There was so much comraderie in the tone, and so much dazzling brilliancy in the smile that Sam forgot to be sullen.

“Wal, mebbe,” he chuckled, “but I don’t see no edicashun comin’ my way dis late day, so I guess I’ll git along de way I be.”

“It isn’t too late yet, Sam. There’s more than one way of getting an education. It doesn’t always come through college.”

After a little more talk in which Sam promised to find out if there was any way for Michael to visit Jim in his temporary retirement from the law-abiding world, and Michael promised to visit Sam in the alley again at an appointed time, the two separated.

Then Michael went forth to reconnoitre and to guard the house of Endicott.

With no thought of any personal danger, Michael laid his plans. Before sundown, he was on hand, having considered all visible and invisible means of ingress to the house. He watched from a suitable distance all who came and went. He saw Mr. Endicott come home. He waited till the evening drew near when a luxurious limousine stopped before the door; assured himself that only Mrs.

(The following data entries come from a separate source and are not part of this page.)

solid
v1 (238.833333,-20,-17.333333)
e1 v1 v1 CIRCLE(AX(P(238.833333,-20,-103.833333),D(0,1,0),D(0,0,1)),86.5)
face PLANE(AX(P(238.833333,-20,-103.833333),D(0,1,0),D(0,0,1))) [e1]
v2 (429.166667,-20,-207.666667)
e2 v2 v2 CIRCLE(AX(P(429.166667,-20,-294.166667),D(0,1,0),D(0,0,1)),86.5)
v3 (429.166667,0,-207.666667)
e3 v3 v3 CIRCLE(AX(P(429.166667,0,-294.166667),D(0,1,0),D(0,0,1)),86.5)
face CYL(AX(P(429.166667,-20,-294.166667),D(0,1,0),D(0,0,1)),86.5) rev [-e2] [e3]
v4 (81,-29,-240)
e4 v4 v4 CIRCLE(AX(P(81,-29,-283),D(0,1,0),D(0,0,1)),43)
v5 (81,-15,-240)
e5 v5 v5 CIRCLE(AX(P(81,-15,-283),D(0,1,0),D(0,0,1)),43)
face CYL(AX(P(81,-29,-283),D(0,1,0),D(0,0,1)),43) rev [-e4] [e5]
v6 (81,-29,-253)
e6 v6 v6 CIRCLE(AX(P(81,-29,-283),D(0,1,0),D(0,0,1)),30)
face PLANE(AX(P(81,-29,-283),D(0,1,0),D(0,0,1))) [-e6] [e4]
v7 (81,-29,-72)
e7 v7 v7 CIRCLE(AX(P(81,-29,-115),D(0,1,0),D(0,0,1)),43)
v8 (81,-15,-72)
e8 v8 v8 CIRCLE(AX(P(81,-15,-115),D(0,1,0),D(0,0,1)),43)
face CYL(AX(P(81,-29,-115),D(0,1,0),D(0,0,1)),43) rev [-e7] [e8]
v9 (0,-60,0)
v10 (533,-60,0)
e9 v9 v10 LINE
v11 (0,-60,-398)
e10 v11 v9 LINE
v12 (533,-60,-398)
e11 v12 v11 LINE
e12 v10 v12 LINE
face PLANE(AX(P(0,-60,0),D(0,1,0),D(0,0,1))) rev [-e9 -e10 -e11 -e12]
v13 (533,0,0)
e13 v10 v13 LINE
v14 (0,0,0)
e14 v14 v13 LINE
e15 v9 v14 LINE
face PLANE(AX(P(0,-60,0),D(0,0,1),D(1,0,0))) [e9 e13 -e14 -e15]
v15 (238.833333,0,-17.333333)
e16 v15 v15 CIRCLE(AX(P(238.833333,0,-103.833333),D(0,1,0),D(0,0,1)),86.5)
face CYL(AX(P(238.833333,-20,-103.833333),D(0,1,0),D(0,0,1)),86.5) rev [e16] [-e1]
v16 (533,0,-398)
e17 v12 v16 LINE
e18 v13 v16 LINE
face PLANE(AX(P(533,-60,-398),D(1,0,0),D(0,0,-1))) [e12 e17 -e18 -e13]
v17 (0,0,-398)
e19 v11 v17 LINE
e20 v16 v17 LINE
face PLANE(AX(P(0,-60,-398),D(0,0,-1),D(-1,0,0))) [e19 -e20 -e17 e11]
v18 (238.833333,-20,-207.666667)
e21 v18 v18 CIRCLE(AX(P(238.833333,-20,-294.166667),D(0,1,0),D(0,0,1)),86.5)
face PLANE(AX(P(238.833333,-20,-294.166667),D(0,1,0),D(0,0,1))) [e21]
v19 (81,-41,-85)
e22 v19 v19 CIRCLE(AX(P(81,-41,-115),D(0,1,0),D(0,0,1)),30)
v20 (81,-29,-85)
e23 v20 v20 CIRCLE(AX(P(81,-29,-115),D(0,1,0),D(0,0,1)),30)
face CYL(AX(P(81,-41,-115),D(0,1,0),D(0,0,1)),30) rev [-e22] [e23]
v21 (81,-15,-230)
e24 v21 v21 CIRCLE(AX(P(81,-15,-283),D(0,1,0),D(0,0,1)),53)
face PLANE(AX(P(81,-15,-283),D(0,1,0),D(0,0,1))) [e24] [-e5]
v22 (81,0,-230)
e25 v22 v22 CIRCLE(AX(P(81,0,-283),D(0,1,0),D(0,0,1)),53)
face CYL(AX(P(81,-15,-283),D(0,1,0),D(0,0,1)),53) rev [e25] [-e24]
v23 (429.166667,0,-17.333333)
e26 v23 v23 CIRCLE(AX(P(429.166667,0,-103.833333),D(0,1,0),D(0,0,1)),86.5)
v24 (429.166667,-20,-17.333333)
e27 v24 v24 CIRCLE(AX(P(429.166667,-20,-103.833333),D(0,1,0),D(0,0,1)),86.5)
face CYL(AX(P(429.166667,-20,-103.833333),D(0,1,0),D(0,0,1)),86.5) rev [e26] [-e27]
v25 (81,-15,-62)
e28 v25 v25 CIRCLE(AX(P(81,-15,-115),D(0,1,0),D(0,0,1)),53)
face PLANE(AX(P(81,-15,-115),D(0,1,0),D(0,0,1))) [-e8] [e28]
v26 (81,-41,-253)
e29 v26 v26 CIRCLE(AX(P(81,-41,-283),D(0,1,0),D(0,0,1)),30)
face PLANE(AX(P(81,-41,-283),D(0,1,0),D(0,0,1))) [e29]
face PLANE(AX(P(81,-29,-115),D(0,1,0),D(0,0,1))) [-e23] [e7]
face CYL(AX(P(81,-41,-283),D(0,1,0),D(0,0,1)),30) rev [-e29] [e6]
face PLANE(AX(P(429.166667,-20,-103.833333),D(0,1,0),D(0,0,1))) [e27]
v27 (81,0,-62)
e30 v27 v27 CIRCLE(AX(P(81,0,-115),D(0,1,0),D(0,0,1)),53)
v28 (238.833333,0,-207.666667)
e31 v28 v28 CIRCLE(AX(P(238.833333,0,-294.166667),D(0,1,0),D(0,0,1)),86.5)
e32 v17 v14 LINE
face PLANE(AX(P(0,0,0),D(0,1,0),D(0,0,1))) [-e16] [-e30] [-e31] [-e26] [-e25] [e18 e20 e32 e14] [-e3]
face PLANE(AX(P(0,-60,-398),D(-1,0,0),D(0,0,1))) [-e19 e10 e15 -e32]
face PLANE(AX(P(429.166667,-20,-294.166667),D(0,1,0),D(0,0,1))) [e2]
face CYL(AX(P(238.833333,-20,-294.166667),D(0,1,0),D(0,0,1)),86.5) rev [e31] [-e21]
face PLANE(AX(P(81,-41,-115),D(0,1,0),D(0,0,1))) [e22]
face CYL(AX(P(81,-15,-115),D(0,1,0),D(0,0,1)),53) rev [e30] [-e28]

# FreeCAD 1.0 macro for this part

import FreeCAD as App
import Part
import Sketcher
from FreeCAD import Vector


def add_polygon(sketch, points):
    """Adds a closed chain of lines whose ends are joined by coincident constraints."""
    first, n = sketch.GeometryCount, len(points)
    for a, b in zip(points, points[1:] + points[:1]):
        sketch.addGeometry(Part.LineSegment(App.Vector(*a, 0), App.Vector(*b, 0)), False)
    for i in range(n):
        sketch.addConstraint(Sketcher.Constraint("Coincident", first + i, 2, first + (i + 1) % n, 1))

doc = App.newDocument("Part")
params = doc.addObject("Spreadsheet::Sheet", "Params")
for row, (alias, value) in enumerate([
    ("sketch1_width", "533 mm"),
    ("sketch1_height", "398 mm"),
    ("pad1_length", "60 mm"),
    ("sketch2_diameter", "173 mm"),
    ("pocket1_length", "20 mm"),
    ("sketch3_diameter", "106 mm"),
    ("pocket2_length", "15 mm"),
    ("sketch4_diameter", "86 mm"),
    ("pocket3_length", "14 mm"),
    ("sketch5_diameter", "60 mm"),
    ("pocket4_length", "12 mm"),
], start=1):
    params.set(f"A{row}", alias)
    params.set(f"B{row}", "=" + value)
    params.setAlias(f"B{row}", alias)

body = doc.addObject("PartDesign::Body", "Body")

# Sketch on XZ plane
sketch1 = body.newObject("Sketcher::SketchObject", "Sketch")
sketch1.AttachmentSupport = (doc.getObject("XZ_Plane"), [""])
sketch1.MapMode = "FlatFace"
add_polygon(sketch1, [(0, -398), (0, 0), (533, 0), (533, -398)])  # lines 0-3
sketch1.addConstraint([
    Sketcher.Constraint("Vertical", 0),
    Sketcher.Constraint("Horizontal", 1),
    Sketcher.Constraint("Vertical", 2),
    Sketcher.Constraint("Horizontal", 3),
    Sketcher.Constraint("Coincident", 0, 2, -1, 1),
    Sketcher.Constraint("DistanceX", 1, 1, 1, 2, 533.0),
    Sketcher.Constraint("DistanceY", 0, 1, 0, 2, 398.0),
])
sketch1.setExpression("Constraints[9]", "Params.sketch1_width")
sketch1.setExpression("Constraints[10]", "Params.sketch1_height")
pad1 = body.newObject("PartDesign::Pad", "Pad")
pad1.Profile = sketch1
pad1.setExpression("Length", "Params.pad1_length")

# Sketch on XZ plane
sketch2 = body.newObject("Sketcher::SketchObject", "Sketch001")
sketch2.AttachmentSupport = (doc.getObject("XZ_Plane"), [""])
sketch2.MapMode = "FlatFace"
sketch2.addGeometry([
    Part.Circle(Vector(429.166667, -103.833333, 0), Vector(0, 0, 1), 86.5),
    Part.Circle(Vector(238.833333, -103.833333, 0), Vector(0, 0, 1), 86.5),
    Part.Circle(Vector(238.833333, -294.166667, 0), Vector(0, 0, 1), 86.5),
    Part.Circle(Vector(429.166667, -294.166667, 0), Vector(0, 0, 1), 86.5),
], False)
sketch2.addConstraint([
    Sketcher.Constraint("Equal", 0, 1),
    Sketcher.Constraint("Equal", 1, 2),
    Sketcher.Constraint("Equal", 2, 3),
    Sketcher.Constraint("Horizontal", 0, 3, 1, 3),
    Sketcher.Constraint("Horizontal", 2, 3, 3, 3),
    Sketcher.Constraint("Vertical", 1, 3, 2, 3),
    Sketcher.Constraint("Vertical", 0, 3, 3, 3),
    Sketcher.Constraint("Diameter", 0, 173.0),
    Sketcher.Constraint("DistanceX", -1, 1, 0, 3, 429.166667),
    Sketcher.Constraint("DistanceY", 0, 3, -1, 1, 103.833333),
    Sketcher.Constraint("DistanceX", -1, 1, 1, 3, 238.833333),
    Sketcher.Constraint("DistanceY", 2, 3, -1, 1, 294.166667),
])
sketch2.setExpression("Constraints[7]", "Params.sketch2_diameter")
pocket1 = body.newObject("PartDesign::Pocket", "Pocket")
pocket1.Profile = sketch2
pocket1.setExpression("Length", "Params.pocket1_length")
pocket1.Reversed = True

# Sketch on XZ plane
sketch3 = body.newObject("Sketcher::SketchObject", "Sketch002")
sketch3.AttachmentSupport = (doc.getObject("XZ_Plane"), [""])
sketch3.MapMode = "FlatFace"
sketch3.addGeometry([
    Part.Circle(Vector(81, -283, 0), Vector(0, 0, 1), 53),
    Part.Circle(Vector(81, -115, 0), Vector(0, 0, 1), 53),
], False)
sketch3.addConstraint([
    Sketcher.Constraint("Equal", 0, 1),
    Sketcher.Constraint("Vertical", 0, 3, 1, 3),
    Sketcher.Constraint("Diameter", 0, 106.0),
    Sketcher.Constraint("DistanceX", -1, 1, 0, 3, 81.0),
    Sketcher.Constraint("DistanceY", 0, 3, -1, 1, 283.0),
    Sketcher.Constraint("DistanceY", 1, 3, -1, 1, 115.0),
])
sketch3.setExpression("Constraints[2]", "Params.sketch3_diameter")
pocket2 = body.newObject("PartDesign::Pocket", "Pocket001")
pocket2.Profile = sketch3
pocket2.setExpression("Length", "Params.pocket2_length")
pocket2.Reversed = True

# Sketch on XZ plane
sketch4 = body.newObject("Sketcher::SketchObject", "Sketch003")
sketch4.AttachmentSupport = (doc.getObject("XZ_Plane"), [""])
sketch4.MapMode = "FlatFace"
sketch4.AttachmentOffset = App.Placement(Vector(0, 0, 15), App.Rotation())
sketch4.addGeometry([
    Part.Circle(Vector(81, -283, 0), Vector(0, 0, 1), 43),
    Part.Circle(Vector(81, -115, 0), Vector(0, 0, 1), 43),
], False)
sketch4.addConstraint([
    Sketcher.Constraint("Equal", 0, 1),
    Sketcher.Constraint("Vertical", 0, 3, 1, 3),
    Sketcher.Constraint("Diameter", 0, 86.0),
    Sketcher.Constraint("DistanceX", -1, 1, 0, 3, 81.0),
    Sketcher.Constraint("DistanceY", 0, 3, -1, 1, 283.0),
    Sketcher.Constraint("DistanceY", 1, 3, -1, 1, 115.0),
])
sketch4.setExpression("Constraints[2]", "Params.sketch4_diameter")
pocket3 = body.newObject("PartDesign::Pocket", "Pocket002")
pocket3.Profile = sketch4
pocket3.setExpression("Length", "Params.pocket3_length")
pocket3.Reversed = True

# Sketch on XZ plane
sketch5 = body.newObject("Sketcher::SketchObject", "Sketch004")
sketch5.AttachmentSupport = (doc.getObject("XZ_Plane"), [""])
sketch5.MapMode = "FlatFace"
sketch5.AttachmentOffset = App.Placement(Vector(0, 0, 29), App.Rotation())
sketch5.addGeometry([
    Part.Circle(Vector(81, -283, 0), Vector(0, 0, 1), 30),
    Part.Circle(Vector(81, -115, 0), Vector(0, 0, 1), 30),
], False)
sketch5.addConstraint([
    Sketcher.Constraint("Equal", 0, 1),
    Sketcher.Constraint("Vertical", 0, 3, 1, 3),
    Sketcher.Constraint("Diameter", 0, 60.0),
    Sketcher.Constraint("DistanceX", -1, 1, 0, 3, 81.0),
    Sketcher.Constraint("DistanceY", 0, 3, -1, 1, 283.0),
    Sketcher.Constraint("DistanceY", 1, 3, -1, 1, 115.0),
])
sketch5.setExpression("Constraints[2]", "Params.sketch5_diameter")
pocket4 = body.newObject("PartDesign::Pocket", "Pocket003")
pocket4.Profile = sketch5
pocket4.setExpression("Length", "Params.pocket4_length")
pocket4.Reversed = True

doc.recompute()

Endicott had gone out. A little later Mr. Endicott also left the house. Starr had not gone out. He felt that he had double need to watch now as she was there alone with only the servants.

Up and down he walked. No one passed the Endicott house unwatched by him. None came forth or went in of whom he did not take careful notice.

The evening passed, and the master and mistress of the house returned. One by one the lights went out. Even in the servants’ rooms all was dark at last. The night deepened and the stars thickened overhead.

The policeman’s whistle sounded through the quiet streets and the city seemed at last to be sinking into a brief repose. It was long past midnight, and still Michael kept up his patrol. Up this side of the street, down that, around the corner, through the alley at the back where “de kids” had stood in silent respect uncovered toward his window years ago; back to the avenue again, and on around. With his cheery whistle and his steady ringing step he awakened no suspicion even when he came near to a policeman; and besides, no lurkers of the dark would steal out while he was so noisily in the neighborhood.

And so he watched the night through, till the morning broke and sunshine flooded the window of the room where Starr, unconscious of his vigil, lay a-sleeping.

Busy milk wagons were making their rounds, and sleepy workmen with dinner pails slung over their arms were striding to their day’s work through the cool of the morning, as Michael turned his steps toward his lodging. Broad morning was upon them and deeds of darkness could be no more. The night was passed. Nothing had happened. Starr was safe. He went home and to sleep well pleased. He might not companion with her, but it was his privilege to guard her from unsuspected evils. That was one joy that could not be taken from him by the taint that was upon him. Perhaps his being a child of the slums might yet prove to be a help to guard her life from harm.